Here is another example of different Falloff Curve Profile Graph, along with its resultant render output:
Falloff Curve Profile Graph resulting in Oscillating Attenuation pattern in Light.
Render showing the affect of the Falloff Curve Profile Graph on the Attenuation.
Altering the Falloff Curve Profile Graph is easy. Just LMB on a part of the graph you want to alter and drag it where you want it to be. If when you click you are over or near one of the tiny black square handles, it will turn white indicating that this is the handle that is now selected and you will be able to drag it to a new position. If when you click on the graph you are not near a handle, one will be created at the point that you clicked, which you can then drag where you wish.
Inverse Square
This Lamp Fallout type Attenuates its Intensity according to inverse square law, scaled by the 'Dist:' value. Inverse square is a sharper, realistic decay, useful for lighting such as desk lamps and street lights. This is similar to the old Quad option with slight changes.

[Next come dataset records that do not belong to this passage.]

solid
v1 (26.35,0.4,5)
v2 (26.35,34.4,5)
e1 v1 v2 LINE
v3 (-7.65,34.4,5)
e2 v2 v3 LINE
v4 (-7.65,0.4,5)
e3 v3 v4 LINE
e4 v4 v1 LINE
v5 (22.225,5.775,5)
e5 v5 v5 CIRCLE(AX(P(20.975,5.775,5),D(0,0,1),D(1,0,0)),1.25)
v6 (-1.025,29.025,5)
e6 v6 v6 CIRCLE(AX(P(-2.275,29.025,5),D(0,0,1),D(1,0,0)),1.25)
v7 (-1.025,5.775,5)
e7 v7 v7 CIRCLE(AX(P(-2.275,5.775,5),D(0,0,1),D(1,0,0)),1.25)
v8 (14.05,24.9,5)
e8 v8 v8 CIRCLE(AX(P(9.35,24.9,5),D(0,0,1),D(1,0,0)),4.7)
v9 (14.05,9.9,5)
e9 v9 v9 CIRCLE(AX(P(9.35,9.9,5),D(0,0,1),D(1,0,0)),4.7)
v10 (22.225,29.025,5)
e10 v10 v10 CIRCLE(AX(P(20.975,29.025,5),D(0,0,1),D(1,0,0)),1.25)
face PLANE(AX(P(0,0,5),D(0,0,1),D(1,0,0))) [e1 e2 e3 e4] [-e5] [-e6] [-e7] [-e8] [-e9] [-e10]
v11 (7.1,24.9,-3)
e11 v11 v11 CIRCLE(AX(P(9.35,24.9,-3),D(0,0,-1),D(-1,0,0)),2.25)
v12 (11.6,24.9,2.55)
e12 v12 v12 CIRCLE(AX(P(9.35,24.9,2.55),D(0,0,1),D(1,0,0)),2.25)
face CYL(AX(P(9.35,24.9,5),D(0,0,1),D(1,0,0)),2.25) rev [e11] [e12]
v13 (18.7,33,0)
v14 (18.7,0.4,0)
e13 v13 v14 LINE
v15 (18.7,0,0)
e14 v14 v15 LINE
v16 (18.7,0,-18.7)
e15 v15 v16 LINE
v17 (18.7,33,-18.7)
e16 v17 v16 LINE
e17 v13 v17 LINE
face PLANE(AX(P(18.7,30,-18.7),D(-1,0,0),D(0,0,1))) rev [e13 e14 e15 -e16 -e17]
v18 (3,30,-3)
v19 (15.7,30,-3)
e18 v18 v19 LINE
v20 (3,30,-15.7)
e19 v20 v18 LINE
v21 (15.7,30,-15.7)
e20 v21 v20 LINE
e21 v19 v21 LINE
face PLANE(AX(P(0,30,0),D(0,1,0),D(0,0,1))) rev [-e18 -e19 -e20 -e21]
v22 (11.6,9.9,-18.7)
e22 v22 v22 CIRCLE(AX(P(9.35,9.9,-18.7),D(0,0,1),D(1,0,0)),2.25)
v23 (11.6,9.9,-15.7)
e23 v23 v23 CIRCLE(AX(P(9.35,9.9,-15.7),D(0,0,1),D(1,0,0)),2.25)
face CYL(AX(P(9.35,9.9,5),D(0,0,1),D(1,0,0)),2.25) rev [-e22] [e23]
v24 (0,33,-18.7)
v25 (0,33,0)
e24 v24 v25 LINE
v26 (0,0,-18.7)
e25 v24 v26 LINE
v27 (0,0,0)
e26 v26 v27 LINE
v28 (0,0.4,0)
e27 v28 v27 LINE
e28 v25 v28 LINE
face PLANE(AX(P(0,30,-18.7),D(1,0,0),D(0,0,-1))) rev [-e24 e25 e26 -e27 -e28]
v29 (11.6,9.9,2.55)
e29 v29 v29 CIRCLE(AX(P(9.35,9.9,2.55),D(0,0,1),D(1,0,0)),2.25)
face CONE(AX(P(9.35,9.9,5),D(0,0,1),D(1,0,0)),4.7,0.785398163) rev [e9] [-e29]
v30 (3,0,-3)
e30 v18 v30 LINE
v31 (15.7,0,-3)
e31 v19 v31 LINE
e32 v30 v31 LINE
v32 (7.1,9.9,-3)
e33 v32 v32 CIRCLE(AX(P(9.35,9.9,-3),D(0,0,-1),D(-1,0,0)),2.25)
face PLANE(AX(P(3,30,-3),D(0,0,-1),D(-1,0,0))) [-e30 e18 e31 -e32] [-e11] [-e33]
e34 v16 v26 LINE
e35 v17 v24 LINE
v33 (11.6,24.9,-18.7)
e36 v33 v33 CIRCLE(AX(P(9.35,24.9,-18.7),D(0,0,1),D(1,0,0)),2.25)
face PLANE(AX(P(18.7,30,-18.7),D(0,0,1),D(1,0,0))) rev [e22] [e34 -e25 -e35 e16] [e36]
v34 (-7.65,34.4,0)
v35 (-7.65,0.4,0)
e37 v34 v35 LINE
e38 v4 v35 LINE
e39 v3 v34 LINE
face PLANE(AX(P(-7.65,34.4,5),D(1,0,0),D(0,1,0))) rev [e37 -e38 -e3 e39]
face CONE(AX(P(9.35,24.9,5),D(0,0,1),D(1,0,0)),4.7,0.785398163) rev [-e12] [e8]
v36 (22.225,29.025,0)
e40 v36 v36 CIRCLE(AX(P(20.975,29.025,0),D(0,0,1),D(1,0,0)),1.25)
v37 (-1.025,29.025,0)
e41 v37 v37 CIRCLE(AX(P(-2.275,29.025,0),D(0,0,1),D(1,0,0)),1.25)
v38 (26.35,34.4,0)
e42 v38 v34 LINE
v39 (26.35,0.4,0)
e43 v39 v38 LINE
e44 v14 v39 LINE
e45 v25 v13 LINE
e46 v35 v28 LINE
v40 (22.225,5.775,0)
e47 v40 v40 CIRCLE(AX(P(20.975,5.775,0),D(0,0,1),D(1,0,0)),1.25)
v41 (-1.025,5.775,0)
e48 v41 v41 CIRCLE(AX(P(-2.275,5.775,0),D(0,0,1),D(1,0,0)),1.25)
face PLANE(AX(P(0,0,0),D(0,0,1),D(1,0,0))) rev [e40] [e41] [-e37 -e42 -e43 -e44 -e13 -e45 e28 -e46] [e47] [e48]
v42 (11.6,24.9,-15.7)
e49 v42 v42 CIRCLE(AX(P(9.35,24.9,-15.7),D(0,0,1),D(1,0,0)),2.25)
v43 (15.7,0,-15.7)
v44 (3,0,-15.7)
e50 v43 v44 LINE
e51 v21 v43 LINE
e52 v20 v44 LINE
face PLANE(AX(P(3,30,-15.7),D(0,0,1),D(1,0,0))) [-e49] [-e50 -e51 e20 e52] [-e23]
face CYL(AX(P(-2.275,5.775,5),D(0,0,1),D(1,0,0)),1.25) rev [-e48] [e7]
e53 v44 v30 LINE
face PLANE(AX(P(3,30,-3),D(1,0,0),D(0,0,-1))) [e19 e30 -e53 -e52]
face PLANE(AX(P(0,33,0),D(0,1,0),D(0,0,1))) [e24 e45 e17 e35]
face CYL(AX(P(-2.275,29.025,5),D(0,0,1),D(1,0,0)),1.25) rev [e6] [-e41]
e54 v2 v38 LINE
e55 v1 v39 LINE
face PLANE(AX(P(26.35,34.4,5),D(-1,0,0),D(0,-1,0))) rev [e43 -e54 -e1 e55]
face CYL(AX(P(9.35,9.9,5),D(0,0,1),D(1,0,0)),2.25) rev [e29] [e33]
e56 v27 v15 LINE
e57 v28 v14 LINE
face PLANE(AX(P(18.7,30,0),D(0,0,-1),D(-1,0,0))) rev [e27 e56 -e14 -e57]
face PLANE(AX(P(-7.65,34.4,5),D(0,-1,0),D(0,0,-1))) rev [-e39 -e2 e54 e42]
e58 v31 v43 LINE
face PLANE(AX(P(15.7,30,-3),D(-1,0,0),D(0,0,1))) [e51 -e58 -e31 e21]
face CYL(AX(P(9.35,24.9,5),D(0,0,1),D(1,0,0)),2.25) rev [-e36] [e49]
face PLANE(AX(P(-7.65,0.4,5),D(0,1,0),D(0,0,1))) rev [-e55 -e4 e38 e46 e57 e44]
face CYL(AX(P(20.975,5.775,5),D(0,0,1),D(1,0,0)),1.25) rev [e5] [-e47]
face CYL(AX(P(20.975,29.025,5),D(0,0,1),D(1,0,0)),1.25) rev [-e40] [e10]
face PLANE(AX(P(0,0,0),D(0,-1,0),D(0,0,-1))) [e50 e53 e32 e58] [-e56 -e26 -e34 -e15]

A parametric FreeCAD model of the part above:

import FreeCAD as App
import Part
import Sketcher
Q = App.Units.Quantity


def add_polygon(sketch, points):
    """Adds a closed chain of lines whose ends are joined by coincident constraints."""
    first, n = sketch.GeometryCount, len(points)
    for a, b in zip(points, points[1:] + points[:1]):
        sketch.addGeometry(Part.LineSegment(App.Vector(*a, 0), App.Vector(*b, 0)), False)
    for i in range(n):
        sketch.addConstraint(Sketcher.Constraint("Coincident", first + i, 2, first + (i + 1) % n, 1))

doc = App.newDocument("Part")
body = doc.addObject("PartDesign::Body", "Body")

# Sketch on XZ plane
sketch1 = body.newObject("Sketcher::SketchObject", "Sketch")
sketch1.AttachmentSupport = (doc.getObject("XZ_Plane"), [""])
sketch1.MapMode = "FlatFace"
add_polygon(sketch1, [(0, -18.7), (0, 0), (18.7, 0), (18.7, -18.7)])  # lines 0-3
add_polygon(sketch1, [(15.7, -3), (3, -3), (3, -15.7), (15.7, -15.7)])  # lines 4-7
sketch1.addConstraint([
    Sketcher.Constraint("Vertical", 0),
    Sketcher.Constraint("Horizontal", 1),
    Sketcher.Constraint("Vertical", 2),
    Sketcher.Constraint("Horizontal", 3),
    Sketcher.Constraint("Horizontal", 4),
    Sketcher.Constraint("Vertical", 5),
    Sketcher.Constraint("Horizontal", 6),
    Sketcher.Constraint("Vertical", 7),
    Sketcher.Constraint("Coincident", 0, 2, -1, 1),
    Sketcher.Constraint("Equal", 3, 0),
    Sketcher.Constraint("Equal", 6, 5),
    Sketcher.Constraint("DistanceX", 1, 1, 1, 2, Q("18.7 mm")),
    Sketcher.Constraint("DistanceX", 4, 2, 4, 1, Q("12.7 mm")),
    Sketcher.Constraint("DistanceX", -1, 1, 4, 2, Q("3 mm")),
    Sketcher.Constraint("DistanceY", 4, 2, -1, 1, Q("3 mm")),
])
pad1 = body.newObject("PartDesign::Pad", "Pad")
pad1.Profile = sketch1
pad1.Length = 30
pad1.Reversed = True

# Sketch on XZ plane
sketch2 = body.newObject("Sketcher::SketchObject", "Sketch001")
sketch2.AttachmentSupport = (doc.getObject("XZ_Plane"), [""])
sketch2.MapMode = "FlatFace"
sketch2.AttachmentOffset = App.Placement(App.Vector(0, 0, -30), App.Rotation())
add_polygon(sketch2, [(0, -18.7), (0, 0), (18.7, 0), (18.7, -18.7)])  # lines 0-3
sketch2.addConstraint([
    Sketcher.Constraint("Vertical", 0),
    Sketcher.Constraint("Horizontal", 1),
    Sketcher.Constraint("Vertical", 2),
    Sketcher.Constraint("Horizontal", 3),
    Sketcher.Constraint("Coincident", 0, 2, -1, 1),
    Sketcher.Constraint("Equal", 3, 0),
    Sketcher.Constraint("DistanceX", 1, 1, 1, 2, Q("18.7 mm")),
])
pad2 = body.newObject("PartDesign::Pad", "Pad001")
pad2.Profile = sketch2
pad2.Length = 3
pad2.Reversed = True

# Sketch on XY plane
sketch3 = body.newObject("Sketcher::SketchObject", "Sketch002")
sketch3.AttachmentSupport = (doc.getObject("XY_Plane"), [""])
sketch3.MapMode = "FlatFace"
add_polygon(sketch3, [(-7.65, 34.4), (-7.65, 0.4), (26.35, 0.4), (26.35, 34.4)])  # lines 0-3
sketch3.addConstraint([
    Sketcher.Constraint("Vertical", 0),
    Sketcher.Constraint("Horizontal", 1),
    Sketcher.Constraint("Vertical", 2),
    Sketcher.Constraint("Horizontal", 3),
    Sketcher.Constraint("Equal", 3, 0),
    Sketcher.Constraint("DistanceX", 1, 1, 1, 2, Q("34 mm")),
    Sketcher.Constraint("DistanceY", -1, 1, 0, 2, Q("0.4 mm")),
    Sketcher.Constraint("DistanceX", 0, 2, -1, 1, Q("7.65 mm")),
])
pad3 = body.newObject("PartDesign::Pad", "Pad002")
pad3.Profile = sketch3
pad3.Length = 5

# Sketch on XY plane
sketch4 = body.newObject("Sketcher::SketchObject", "Sketch003")
sketch4.AttachmentSupport = (doc.getObject("XY_Plane"), [""])
sketch4.MapMode = "FlatFace"
sketch4.AttachmentOffset = App.Placement(App.Vector(0, 0, 5), App.Rotation())
sketch4.addGeometry([
    Part.Circle(App.Vector(9.35, 24.9, 0), App.Vector(0, 0, 1), 2.25),
    Part.Circle(App.Vector(9.35, 9.9, 0), App.Vector(0, 0, 1), 2.25),
], False)
sketch4.addConstraint([
    Sketcher.Constraint("Equal", 0, 1),
    Sketcher.Constraint("Vertical", 0, 3, 1, 3),
    Sketcher.Constraint("Diameter", 0, Q("4.5 mm")),
    Sketcher.Constraint("DistanceY", 1, 3, 0, 3, Q("15 mm")),
    Sketcher.Constraint("DistanceY", -1, 1, 0, 3, Q("24.9 mm")),
    Sketcher.Constraint("DistanceX", -1, 1, 0, 3, Q("9.35 mm")),
])
doc.recompute()
hole = body.newObject("PartDesign::Hole", "Hole")
hole.Profile = sketch4
hole.ThreadType = "None"
hole.Diameter = 4.5
hole.DepthType = "ThroughAll"
hole.HoleCutType = "Countersink"
hole.HoleCutDiameter = 9.4
hole.HoleCutCountersinkAngle = 90

# Sketch on XY plane
sketch5 = body.newObject("Sketcher::SketchObject", "Sketch004")
sketch5.AttachmentSupport = (doc.getObject("XY_Plane"), [""])
sketch5.MapMode = "FlatFace"
sketch5.AttachmentOffset = App.Placement(App.Vector(0, 0, 5), App.Rotation())
sketch5.addGeometry([
    Part.Circle(App.Vector(-2.275, 29.025, 0), App.Vector(0, 0, 1), 1.25),
    Part.Circle(App.Vector(20.975, 29.025, 0), App.Vector(0, 0, 1), 1.25),
    Part.Circle(App.Vector(-2.275, 5.775, 0), App.Vector(0, 0, 1), 1.25),
    Part.Circle(App.Vector(20.975, 5.775, 0), App.Vector(0, 0, 1), 1.25),
], False)
sketch5.addConstraint([
    Sketcher.Constraint("Equal", 0, 1),
    Sketcher.Constraint("Equal", 1, 2),
    Sketcher.Constraint("Equal", 2, 3),
    Sketcher.Constraint("Horizontal", 0, 3, 1, 3),
    Sketcher.Constraint("Horizontal", 2, 3, 3, 3),
    Sketcher.Constraint("Vertical", 0, 3, 2, 3),
    Sketcher.Constraint("Vertical", 1, 3, 3, 3),
    Sketcher.Constraint("Diameter", 0, Q("2.5 mm")),
    Sketcher.Constraint("DistanceX", 0, 3, 1, 3, Q("23.25 mm")),
    Sketcher.Constraint("DistanceY", 2, 3, 0, 3, Q("23.25 mm")),
    Sketcher.Constraint("DistanceX", 0, 3, -1, 1, Q("2.275 mm")),
    Sketcher.Constraint("DistanceY", -1, 1, 0, 3, Q("29.025 mm")),
])
doc.recompute()
hole2 = body.newObject("PartDesign::Hole", "Hole001")
hole2.Profile = sketch5
hole2.ThreadType = "None"
hole2.Diameter = 2.5
hole2.DepthType = "ThroughAll"

doc.recompute()
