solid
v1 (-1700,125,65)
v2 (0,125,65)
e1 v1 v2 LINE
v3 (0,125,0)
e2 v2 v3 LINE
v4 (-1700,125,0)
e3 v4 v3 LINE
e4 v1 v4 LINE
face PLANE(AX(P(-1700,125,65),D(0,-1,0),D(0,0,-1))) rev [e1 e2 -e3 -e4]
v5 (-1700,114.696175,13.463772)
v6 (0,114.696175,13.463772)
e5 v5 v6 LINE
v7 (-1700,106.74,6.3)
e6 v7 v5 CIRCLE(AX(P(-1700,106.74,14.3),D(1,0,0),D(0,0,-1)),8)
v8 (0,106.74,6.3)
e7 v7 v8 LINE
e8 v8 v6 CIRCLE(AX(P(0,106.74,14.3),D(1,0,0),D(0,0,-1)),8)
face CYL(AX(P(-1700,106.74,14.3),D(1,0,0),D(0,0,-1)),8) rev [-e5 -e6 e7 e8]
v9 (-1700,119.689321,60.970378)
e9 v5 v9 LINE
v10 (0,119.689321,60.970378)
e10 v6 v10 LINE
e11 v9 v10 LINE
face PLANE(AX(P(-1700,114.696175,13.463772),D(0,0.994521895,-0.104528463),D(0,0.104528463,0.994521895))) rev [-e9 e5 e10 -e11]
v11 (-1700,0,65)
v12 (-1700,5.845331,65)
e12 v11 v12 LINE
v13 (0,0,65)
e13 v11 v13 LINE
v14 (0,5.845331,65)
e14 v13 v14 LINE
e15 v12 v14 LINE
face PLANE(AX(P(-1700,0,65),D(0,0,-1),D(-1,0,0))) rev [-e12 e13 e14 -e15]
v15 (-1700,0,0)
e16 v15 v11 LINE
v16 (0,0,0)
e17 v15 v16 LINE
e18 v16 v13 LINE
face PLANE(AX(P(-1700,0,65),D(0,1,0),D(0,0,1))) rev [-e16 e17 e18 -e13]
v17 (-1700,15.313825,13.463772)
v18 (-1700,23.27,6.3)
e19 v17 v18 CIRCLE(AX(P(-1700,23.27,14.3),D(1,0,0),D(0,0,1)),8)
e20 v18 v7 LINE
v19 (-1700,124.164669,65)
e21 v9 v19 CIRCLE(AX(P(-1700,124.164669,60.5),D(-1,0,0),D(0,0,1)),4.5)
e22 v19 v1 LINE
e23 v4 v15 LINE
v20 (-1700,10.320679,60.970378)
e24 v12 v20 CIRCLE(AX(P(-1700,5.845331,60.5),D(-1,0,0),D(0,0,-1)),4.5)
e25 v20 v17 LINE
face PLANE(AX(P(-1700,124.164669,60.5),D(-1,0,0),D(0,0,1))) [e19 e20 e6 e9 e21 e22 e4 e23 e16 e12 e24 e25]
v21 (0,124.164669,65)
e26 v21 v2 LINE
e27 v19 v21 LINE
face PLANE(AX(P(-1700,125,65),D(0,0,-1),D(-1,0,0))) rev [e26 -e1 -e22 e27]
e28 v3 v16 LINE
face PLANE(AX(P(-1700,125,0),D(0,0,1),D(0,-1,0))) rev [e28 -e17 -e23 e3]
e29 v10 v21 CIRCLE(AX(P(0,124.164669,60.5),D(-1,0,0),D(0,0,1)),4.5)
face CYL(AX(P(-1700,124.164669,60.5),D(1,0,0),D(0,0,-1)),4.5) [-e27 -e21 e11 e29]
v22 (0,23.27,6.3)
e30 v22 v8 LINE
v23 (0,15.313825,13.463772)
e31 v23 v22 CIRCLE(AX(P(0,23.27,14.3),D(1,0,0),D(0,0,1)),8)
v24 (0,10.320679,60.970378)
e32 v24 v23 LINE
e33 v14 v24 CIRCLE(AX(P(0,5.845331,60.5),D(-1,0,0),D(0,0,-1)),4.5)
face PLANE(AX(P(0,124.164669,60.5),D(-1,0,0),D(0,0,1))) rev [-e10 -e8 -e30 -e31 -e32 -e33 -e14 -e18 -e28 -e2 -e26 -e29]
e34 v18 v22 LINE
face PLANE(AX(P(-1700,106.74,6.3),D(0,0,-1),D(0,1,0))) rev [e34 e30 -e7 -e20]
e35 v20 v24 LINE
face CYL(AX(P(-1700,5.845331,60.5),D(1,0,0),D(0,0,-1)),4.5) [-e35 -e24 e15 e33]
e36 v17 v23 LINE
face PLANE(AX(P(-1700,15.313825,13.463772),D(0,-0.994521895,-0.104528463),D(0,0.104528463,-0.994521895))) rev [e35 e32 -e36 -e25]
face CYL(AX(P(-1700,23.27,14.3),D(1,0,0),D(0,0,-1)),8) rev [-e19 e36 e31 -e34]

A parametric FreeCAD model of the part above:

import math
import FreeCAD as App
import Part
import Sketcher
Q = App.Units.Quantity

doc = App.newDocument("Part")
params = doc.addObject("Spreadsheet::Sheet", "Params")
for row, (alias, value) in enumerate([
    ("sketch1_radius", "8 mm"),
    ("sketch1_radius2", "4.5 mm"),
    ("sketch1_width", "125 mm"),
    ("sketch1_height", "65 mm"),
    ("sketch1_width2", "83.47 mm"),
    ("pad1_length", "1700 mm"),
], start=1):
    params.set(f"A{row}", alias)
    params.set(f"B{row}", "=" + value)
    params.setAlias(f"B{row}", alias)

body = doc.addObject("PartDesign::Body", "Body")

# Sketch on YZ plane
sketch1 = body.newObject("Sketcher::SketchObject", "Sketch")
sketch1.AttachmentSupport = (doc.getObject("YZ_Plane"), [""])
sketch1.MapMode = "FlatFace"
sketch1.addGeometry([
    Part.LineSegment(App.Vector(125, 65, 0), App.Vector(125, 0, 0)),  # 0
    Part.LineSegment(App.Vector(125, 0, 0), App.Vector(0, 0, 0)),  # 1
    Part.LineSegment(App.Vector(0, 0, 0), App.Vector(0, 65, 0)),  # 2
    Part.LineSegment(App.Vector(0, 65, 0), App.Vector(5.8, 65, 0)),  # 3
    Part.ArcOfCircle(Part.Circle(App.Vector(5.8, 60.5, 0), App.Vector(0, 0, 1), 4.5), math.radians(6), math.radians(90)),  # 4
    Part.LineSegment(App.Vector(10.3, 61, 0), App.Vector(15.3, 13.5, 0)),  # 5
    Part.ArcOfCircle(Part.Circle(App.Vector(23.3, 14.3, 0), App.Vector(0, 0, 1), 8), math.radians(-174), math.radians(-90)),  # 6
    Part.LineSegment(App.Vector(23.3, 6.3, 0), App.Vector(106.7, 6.3, 0)),  # 7
    Part.ArcOfCircle(Part.Circle(App.Vector(106.7, 14.3, 0), App.Vector(0, 0, 1), 8), math.radians(-90), math.radians(-6)),  # 8
    Part.LineSegment(App.Vector(114.7, 13.5, 0), App.Vector(119.7, 61, 0)),  # 9
    Part.ArcOfCircle(Part.Circle(App.Vector(124.2, 60.5, 0), App.Vector(0, 0, 1), 4.5), math.radians(90), math.radians(174)),  # 10
    Part.LineSegment(App.Vector(124.2, 65, 0), App.Vector(125, 65, 0)),  # 11
], False)
sketch1.addConstraint([
    Sketcher.Constraint("Coincident", 0, 2, 1, 1),
    Sketcher.Constraint("Coincident", 1, 2, 2, 1),
    Sketcher.Constraint("Coincident", 2, 2, 3, 1),
    Sketcher.Constraint("Tangent", 3, 2, 4, 2),
    Sketcher.Constraint("Tangent", 4, 1, 5, 1),
    Sketcher.Constraint("Tangent", 5, 2, 6, 1),
    Sketcher.Constraint("Tangent", 6, 2, 7, 1),
    Sketcher.Constraint("Tangent", 7, 2, 8, 1),
    Sketcher.Constraint("Tangent", 8, 2, 9, 1),
    Sketcher.Constraint("Tangent", 9, 2, 10, 2),
    Sketcher.Constraint("Tangent", 10, 1, 11, 1),
    Sketcher.Constraint("Coincident", 11, 2, 0, 1),
    Sketcher.Constraint("Vertical", 0),
    Sketcher.Constraint("Horizontal", 1),
    Sketcher.Constraint("Vertical", 2),
    Sketcher.Constraint("Horizontal", 3),
    Sketcher.Constraint("Horizontal", 7),
    Sketcher.Constraint("Horizontal", 11),
    Sketcher.Constraint("Coincident", 1, 2, -1, 1),
    Sketcher.Constraint("Equal", 6, 8),
    Sketcher.Constraint("Equal", 4, 10),
    Sketcher.Constraint("Horizontal", 4, 3, 10, 3),
    Sketcher.Constraint("Horizontal", 5, 2, 8, 2),
    Sketcher.Constraint("Radius", 6, Q("8 mm")),
    Sketcher.Constraint("Radius", 4, Q("4.5 mm")),
    Sketcher.Constraint("DistanceX", 1, 2, 1, 1, Q("125 mm")),
    Sketcher.Constraint("DistanceY", 0, 2, 0, 1, Q("65 mm")),
    Sketcher.Constraint("Angle", 5, Q("-84 deg")),
    Sketcher.Constraint("DistanceX", 7, 1, 7, 2, Q("83.47 mm")),
    Sketcher.Constraint("DistanceY", -1, 1, 6, 3, Q("14.3 mm")),
    Sketcher.Constraint("DistanceX", -1, 1, 6, 3, Q("23.27 mm")),
])
sketch1.setExpression("Constraints[23]", "Params.sketch1_radius")
sketch1.setExpression("Constraints[24]", "Params.sketch1_radius2")
sketch1.setExpression("Constraints[25]", "Params.sketch1_width")
sketch1.setExpression("Constraints[26]", "Params.sketch1_height")
sketch1.setExpression("Constraints[28]", "Params.sketch1_width2")
pad1 = body.newObject("PartDesign::Pad", "Pad")
pad1.Profile = sketch1
pad1.setExpression("Length", "Params.pad1_length")
pad1.Reversed = True

doc.recompute()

Screenshot showing the Inverse Square Lamp Falloff type effect with default settings.
Inverse Linear
This Lamp Fallout type Attenuates its Intensity linearly, scaled by the 'Dist' value. This is the default setting, behaving the same as the default in previous Blender versions without 'Quad' switched on. This isn't physically accurate, but can be easier to light with.
Screenshot showing the Inverse Linear Lamp Falloff type effect with default settings.
Constant
This Lamp Fallout type does not Attenuate its Intensity with distance. This is useful for distant light sources like the sun or sky, which are so far away that their falloff isn't noticeable. Sun and Hemi lamps always have constant falloff.
Screenshot showing the Constant Lamp Falloff type effect with default settings.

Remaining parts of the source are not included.